Go through the records and tally the lines that include the word "SUBTRACT". The answer is that total alone.

(Collected data)

◆ ◆ ◆ ◆

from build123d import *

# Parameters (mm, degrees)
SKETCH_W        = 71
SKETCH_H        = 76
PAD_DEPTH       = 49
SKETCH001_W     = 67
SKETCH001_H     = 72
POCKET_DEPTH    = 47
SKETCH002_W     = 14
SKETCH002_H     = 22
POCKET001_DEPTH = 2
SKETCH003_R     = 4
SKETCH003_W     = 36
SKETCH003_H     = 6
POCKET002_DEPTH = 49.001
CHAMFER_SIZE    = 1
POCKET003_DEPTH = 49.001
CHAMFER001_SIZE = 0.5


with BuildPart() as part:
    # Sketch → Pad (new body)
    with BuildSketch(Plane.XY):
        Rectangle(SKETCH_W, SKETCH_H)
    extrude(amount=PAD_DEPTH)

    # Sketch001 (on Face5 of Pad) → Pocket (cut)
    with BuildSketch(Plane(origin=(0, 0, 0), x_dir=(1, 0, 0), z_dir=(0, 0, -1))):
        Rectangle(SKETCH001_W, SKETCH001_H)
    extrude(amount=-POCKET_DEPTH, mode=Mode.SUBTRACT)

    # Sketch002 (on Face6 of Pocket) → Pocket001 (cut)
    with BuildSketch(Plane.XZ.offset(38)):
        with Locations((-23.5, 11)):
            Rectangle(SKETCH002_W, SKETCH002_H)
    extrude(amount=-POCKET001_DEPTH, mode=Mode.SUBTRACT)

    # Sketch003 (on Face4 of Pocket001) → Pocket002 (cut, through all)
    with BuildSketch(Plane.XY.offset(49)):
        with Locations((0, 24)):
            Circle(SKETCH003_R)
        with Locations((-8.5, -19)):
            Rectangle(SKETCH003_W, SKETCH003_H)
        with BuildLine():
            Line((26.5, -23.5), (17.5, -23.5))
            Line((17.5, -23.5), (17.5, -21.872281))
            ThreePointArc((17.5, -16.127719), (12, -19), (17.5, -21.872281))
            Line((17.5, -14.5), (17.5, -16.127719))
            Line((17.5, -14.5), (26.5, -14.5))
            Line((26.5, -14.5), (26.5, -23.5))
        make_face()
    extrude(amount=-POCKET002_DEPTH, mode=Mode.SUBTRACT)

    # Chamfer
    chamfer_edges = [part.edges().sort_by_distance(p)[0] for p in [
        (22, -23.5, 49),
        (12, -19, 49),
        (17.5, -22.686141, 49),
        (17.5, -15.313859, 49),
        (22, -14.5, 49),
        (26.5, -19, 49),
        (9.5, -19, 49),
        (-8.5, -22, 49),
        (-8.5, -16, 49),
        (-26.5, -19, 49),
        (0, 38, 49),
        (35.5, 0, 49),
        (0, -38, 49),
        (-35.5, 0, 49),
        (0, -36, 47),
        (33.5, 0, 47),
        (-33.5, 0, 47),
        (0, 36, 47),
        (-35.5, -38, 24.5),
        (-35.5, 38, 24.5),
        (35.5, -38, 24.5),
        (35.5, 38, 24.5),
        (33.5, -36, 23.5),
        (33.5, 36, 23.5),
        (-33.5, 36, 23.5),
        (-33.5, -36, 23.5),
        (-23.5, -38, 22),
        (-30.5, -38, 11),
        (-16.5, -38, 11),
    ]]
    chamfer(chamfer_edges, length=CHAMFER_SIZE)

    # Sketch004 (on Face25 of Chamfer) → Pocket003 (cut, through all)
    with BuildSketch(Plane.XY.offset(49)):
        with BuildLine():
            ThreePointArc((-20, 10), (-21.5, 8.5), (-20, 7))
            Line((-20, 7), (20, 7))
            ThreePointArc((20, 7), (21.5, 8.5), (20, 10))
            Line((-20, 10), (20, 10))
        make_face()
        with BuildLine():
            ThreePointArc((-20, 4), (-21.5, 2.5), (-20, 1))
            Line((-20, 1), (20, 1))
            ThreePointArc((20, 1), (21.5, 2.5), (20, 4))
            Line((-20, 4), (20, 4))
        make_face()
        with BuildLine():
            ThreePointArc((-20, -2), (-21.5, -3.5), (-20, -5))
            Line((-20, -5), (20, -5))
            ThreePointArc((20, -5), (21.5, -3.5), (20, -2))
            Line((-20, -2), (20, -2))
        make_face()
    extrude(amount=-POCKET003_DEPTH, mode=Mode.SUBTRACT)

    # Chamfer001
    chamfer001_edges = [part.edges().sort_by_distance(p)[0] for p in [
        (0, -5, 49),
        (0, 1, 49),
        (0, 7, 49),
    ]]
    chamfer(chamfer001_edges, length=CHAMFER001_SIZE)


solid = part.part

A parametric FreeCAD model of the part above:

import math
import FreeCAD as App
import Part
import Sketcher
Q = App.Units.Quantity


def edges_at(feature, points):
    """Names of the edges that pass closest to the given points."""
    edges = feature.Shape.Edges
    near = lambda p: min(range(len(edges)), key=lambda i: edges[i].distToShape(Part.Vertex(*p))[0])
    return sorted({f"Edge{near(p) + 1}" for p in points})

doc = App.newDocument("Part")
body = doc.addObject("PartDesign::Body", "Body")

# Sketch on XY plane
sketch1 = body.newObject("Sketcher::SketchObject", "Sketch")
sketch1.AttachmentSupport = (doc.getObject("XY_Plane"), [""])
sketch1.MapMode = "FlatFace"
sketch1.addGeometry(Part.LineSegment(App.Vector(-36, 38, 0), App.Vector(-36, -38, 0)), False)
sketch1.addGeometry(Part.LineSegment(App.Vector(-36, -38, 0), App.Vector(36, -38, 0)), False)
sketch1.addGeometry(Part.LineSegment(App.Vector(36, -38, 0), App.Vector(36, 38, 0)), False)
sketch1.addGeometry(Part.LineSegment(App.Vector(36, 38, 0), App.Vector(-36, 38, 0)), False)
sketch1.addConstraint(Sketcher.Constraint("Coincident", 0, 2, 1, 1))
sketch1.addConstraint(Sketcher.Constraint("Coincident", 1, 2, 2, 1))
sketch1.addConstraint(Sketcher.Constraint("Coincident", 2, 2, 3, 1))
sketch1.addConstraint(Sketcher.Constraint("Coincident", 3, 2, 0, 1))
sketch1.addConstraint(Sketcher.Constraint("Vertical", 0))
sketch1.addConstraint(Sketcher.Constraint("Horizontal", 1))
sketch1.addConstraint(Sketcher.Constraint("Vertical", 2))
sketch1.addConstraint(Sketcher.Constraint("Horizontal", 3))
sketch1.addConstraint(Sketcher.Constraint("Symmetric", 0, 2, 2, 2, -1, 1))
sketch1.addConstraint(Sketcher.Constraint("DistanceX", 1, 1, 1, 2, Q("71 mm")))
sketch1.addConstraint(Sketcher.Constraint("DistanceY", 0, 2, 0, 1, Q("76 mm")))
pad1 = body.newObject("PartDesign::Pad", "Pad")
pad1.Profile = sketch1
pad1.Length = 49

# Sketch on XY plane
sketch2 = body.newObject("Sketcher::SketchObject", "Sketch001")
sketch2.AttachmentSupport = (doc.getObject("XY_Plane"), [""])
sketch2.MapMode = "FlatFace"
sketch2.addGeometry(Part.LineSegment(App.Vector(-34, -36, 0), App.Vector(-34, 36, 0)), False)
sketch2.addGeometry(Part.LineSegment(App.Vector(-34, 36, 0), App.Vector(34, 36, 0)), False)
sketch2.addGeometry(Part.LineSegment(App.Vector(34, 36, 0), App.Vector(34, -36, 0)), False)
sketch2.addGeometry(Part.LineSegment(App.Vector(34, -36, 0), App.Vector(-34, -36, 0)), False)
sketch2.addConstraint(Sketcher.Constraint("Coincident", 0, 2, 1, 1))
sketch2.addConstraint(Sketcher.Constraint("Coincident", 1, 2, 2, 1))
sketch2.addConstraint(Sketcher.Constraint("Coincident", 2, 2, 3, 1))
sketch2.addConstraint(Sketcher.Constraint("Coincident", 3, 2, 0, 1))
sketch2.addConstraint(Sketcher.Constraint("Vertical", 0))
sketch2.addConstraint(Sketcher.Constraint("Horizontal", 1))
sketch2.addConstraint(Sketcher.Constraint("Vertical", 2))
sketch2.addConstraint(Sketcher.Constraint("Horizontal", 3))
sketch2.addConstraint(Sketcher.Constraint("Symmetric", 0, 2, 2, 2, -1, 1))
sketch2.addConstraint(Sketcher.Constraint("DistanceX", 1, 1, 1, 2, Q("67 mm")))
sketch2.addConstraint(Sketcher.Constraint("DistanceY", 0, 1, 0, 2, Q("72 mm")))
pocket1 = body.newObject("PartDesign::Pocket", "Pocket")
pocket1.Profile = sketch2
pocket1.Length = 47
pocket1.Reversed = True

# Sketch on XZ plane
sketch3 = body.newObject("Sketcher::SketchObject", "Sketch002")
sketch3.AttachmentSupport = (doc.getObject("XZ_Plane"), [""])
sketch3.MapMode = "FlatFace"
sketch3.AttachmentOffset = App.Placement(App.Vector(0, 0, 38), App.Rotation())
sketch3.addGeometry(Part.LineSegment(App.Vector(-30, 22, 0), App.Vector(-30, 0, 0)), False)
sketch3.addGeometry(Part.LineSegment(App.Vector(-30, 0, 0), App.Vector(-16, 0, 0)), False)
sketch3.addGeometry(Part.LineSegment(App.Vector(-16, 0, 0), App.Vector(-16, 22, 0)), False)
sketch3.addGeometry(Part.LineSegment(App.Vector(-16, 22, 0), App.Vector(-30, 22, 0)), False)
sketch3.addConstraint(Sketcher.Constraint("Coincident", 0, 2, 1, 1))
sketch3.addConstraint(Sketcher.Constraint("Coincident", 1, 2, 2, 1))
sketch3.addConstraint(Sketcher.Constraint("Coincident", 2, 2, 3, 1))
sketch3.addConstraint(Sketcher.Constraint("Coincident", 3, 2, 0, 1))
sketch3.addConstraint(Sketcher.Constraint("Vertical", 0))
sketch3.addConstraint(Sketcher.Constraint("Horizontal", 1))
sketch3.addConstraint(Sketcher.Constraint("Vertical", 2))
sketch3.addConstraint(Sketcher.Constraint("Horizontal", 3))
sketch3.addConstraint(Sketcher.Constraint("PointOnObject", 0, 2, -1))
sketch3.addConstraint(Sketcher.Constraint("DistanceX", 1, 1, 1, 2, Q("14 mm")))
sketch3.addConstraint(Sketcher.Constraint("DistanceY", 0, 2, 0, 1, Q("22 mm")))
sketch3.addConstraint(Sketcher.Constraint("DistanceX", 0, 2, -1, 1, Q("30.5 mm")))
pocket2 = body.newObject("PartDesign::Pocket", "Pocket001")
pocket2.Profile = sketch3
pocket2.Length = 2

# Sketch on XY plane
sketch4 = body.newObject("Sketcher::SketchObject", "Sketch003")
sketch4.AttachmentSupport = (doc.getObject("XY_Plane"), [""])
sketch4.MapMode = "FlatFace"
sketch4.AttachmentOffset = App.Placement(App.Vector(0, 0, 49), App.Rotation())
sketch4.addGeometry(Part.Circle(App.Vector(0, 24, 0), App.Vector(0, 0, 1), 4), False)
sketch4.addGeometry(Part.LineSegment(App.Vector(-26.5, -16, 0), App.Vector(-26.5, -22, 0)), False)
sketch4.addGeometry(Part.LineSegment(App.Vector(-26.5, -22, 0), App.Vector(9.5, -22, 0)), False)
sketch4.addGeometry(Part.LineSegment(App.Vector(9.5, -22, 0), App.Vector(9.5, -16, 0)), False)
sketch4.addGeometry(Part.LineSegment(App.Vector(9.5, -16, 0), App.Vector(-26.5, -16, 0)), False)
sketch4.addGeometry(Part.LineSegment(App.Vector(17.5, -23.5, 0), App.Vector(26.5, -23.5, 0)), False)
sketch4.addGeometry(Part.LineSegment(App.Vector(26.5, -23.5, 0), App.Vector(26.5, -14.5, 0)), False)
sketch4.addGeometry(Part.LineSegment(App.Vector(26.5, -14.5, 0), App.Vector(17.5, -14.5, 0)), False)
sketch4.addGeometry(Part.LineSegment(App.Vector(17.5, -14.5, 0), App.Vector(17.5, -16.1, 0)), False)
sketch4.addGeometry(Part.ArcOfCircle(Part.Circle(App.Vector(15.5, -19, 0), App.Vector(0, 0, 1), 3.5), math.radians(55), math.radians(305)), False)
sketch4.addGeometry(Part.LineSegment(App.Vector(17.5, -21.9, 0), App.Vector(17.5, -23.5, 0)), False)
sketch4.addConstraint(Sketcher.Constraint("Coincident", 1, 2, 2, 1))
sketch4.addConstraint(Sketcher.Constraint("Coincident", 2, 2, 3, 1))
sketch4.addConstraint(Sketcher.Constraint("Coincident", 3, 2, 4, 1))
sketch4.addConstraint(Sketcher.Constraint("Coincident", 4, 2, 1, 1))
sketch4.addConstraint(Sketcher.Constraint("Coincident", 5, 2, 6, 1))
sketch4.addConstraint(Sketcher.Constraint("Coincident", 6, 2, 7, 1))
sketch4.addConstraint(Sketcher.Constraint("Coincident", 7, 2, 8, 1))
sketch4.addConstraint(Sketcher.Constraint("Coincident", 8, 2, 9, 1))
sketch4.addConstraint(Sketcher.Constraint("Coincident", 9, 2, 10, 1))
sketch4.addConstraint(Sketcher.Constraint("Coincident", 10, 2, 5, 1))
sketch4.addConstraint(Sketcher.Constraint("Vertical", 1))
sketch4.addConstraint(Sketcher.Constraint("Horizontal", 2))
sketch4.addConstraint(Sketcher.Constraint("Vertical", 3))
sketch4.addConstraint(Sketcher.Constraint("Horizontal", 4))
sketch4.addConstraint(Sketcher.Constraint("Horizontal", 5))
sketch4.addConstraint(Sketcher.Constraint("Vertical", 6))
sketch4.addConstraint(Sketcher.Constraint("Horizontal", 7))
sketch4.addConstraint(Sketcher.Constraint("Vertical", 8))
sketch4.addConstraint(Sketcher.Constraint("Vertical", 10))
sketch4.addConstraint(Sketcher.Constraint("PointOnObject", 0, 3, -2))
sketch4.addConstraint(Sketcher.Constraint("Vertical", 8, 2, 9, 2))
sketch4.addConstraint(Sketcher.Constraint("Equal", 7, 6))
sketch4.addConstraint(Sketcher.Constraint("Equal", 8, 10))
sketch4.addConstraint(Sketcher.Constraint("Diameter", 0, Q("8 mm")))
sketch4.addConstraint(Sketcher.Constraint("Radius", 9, Q("3.5 mm")))
sketch4.addConstraint(Sketcher.Constraint("DistanceX", 2, 1, 2, 2, Q("36 mm")))
sketch4.addConstraint(Sketcher.Constraint("DistanceX", 5, 1, 5, 2, Q("9 mm")))
sketch4.addConstraint(Sketcher.Constraint("DistanceY", 1, 2, 1, 1, Q("6 mm")))
sketch4.addConstraint(Sketcher.Constraint("DistanceY", -1, 1, 0, 3, Q("24 mm")))
sketch4.addConstraint(Sketcher.Constraint("DistanceY", 9, 3, -1, 1, Q("19 mm")))
sketch4.addConstraint(Sketcher.Constraint("DistanceY", 1, 2, -1, 1, Q("22 mm")))
sketch4.addConstraint(Sketcher.Constraint("DistanceX", 1, 2, 9, 3, Q("42 mm")))
sketch4.addConstraint(Sketcher.Constraint("DistanceX", 9, 3, 5, 2, Q("11 mm")))
sketch4.addConstraint(Sketcher.Constraint("DistanceX", -1, 1, 9, 3, Q("15.5 mm")))
pocket3 = body.newObject("PartDesign::Pocket", "Pocket002")
pocket3.Profile = sketch4
pocket3.Type = "ThroughAll"
doc.recompute()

◆ ◆ ◆ ◆

# Task response
4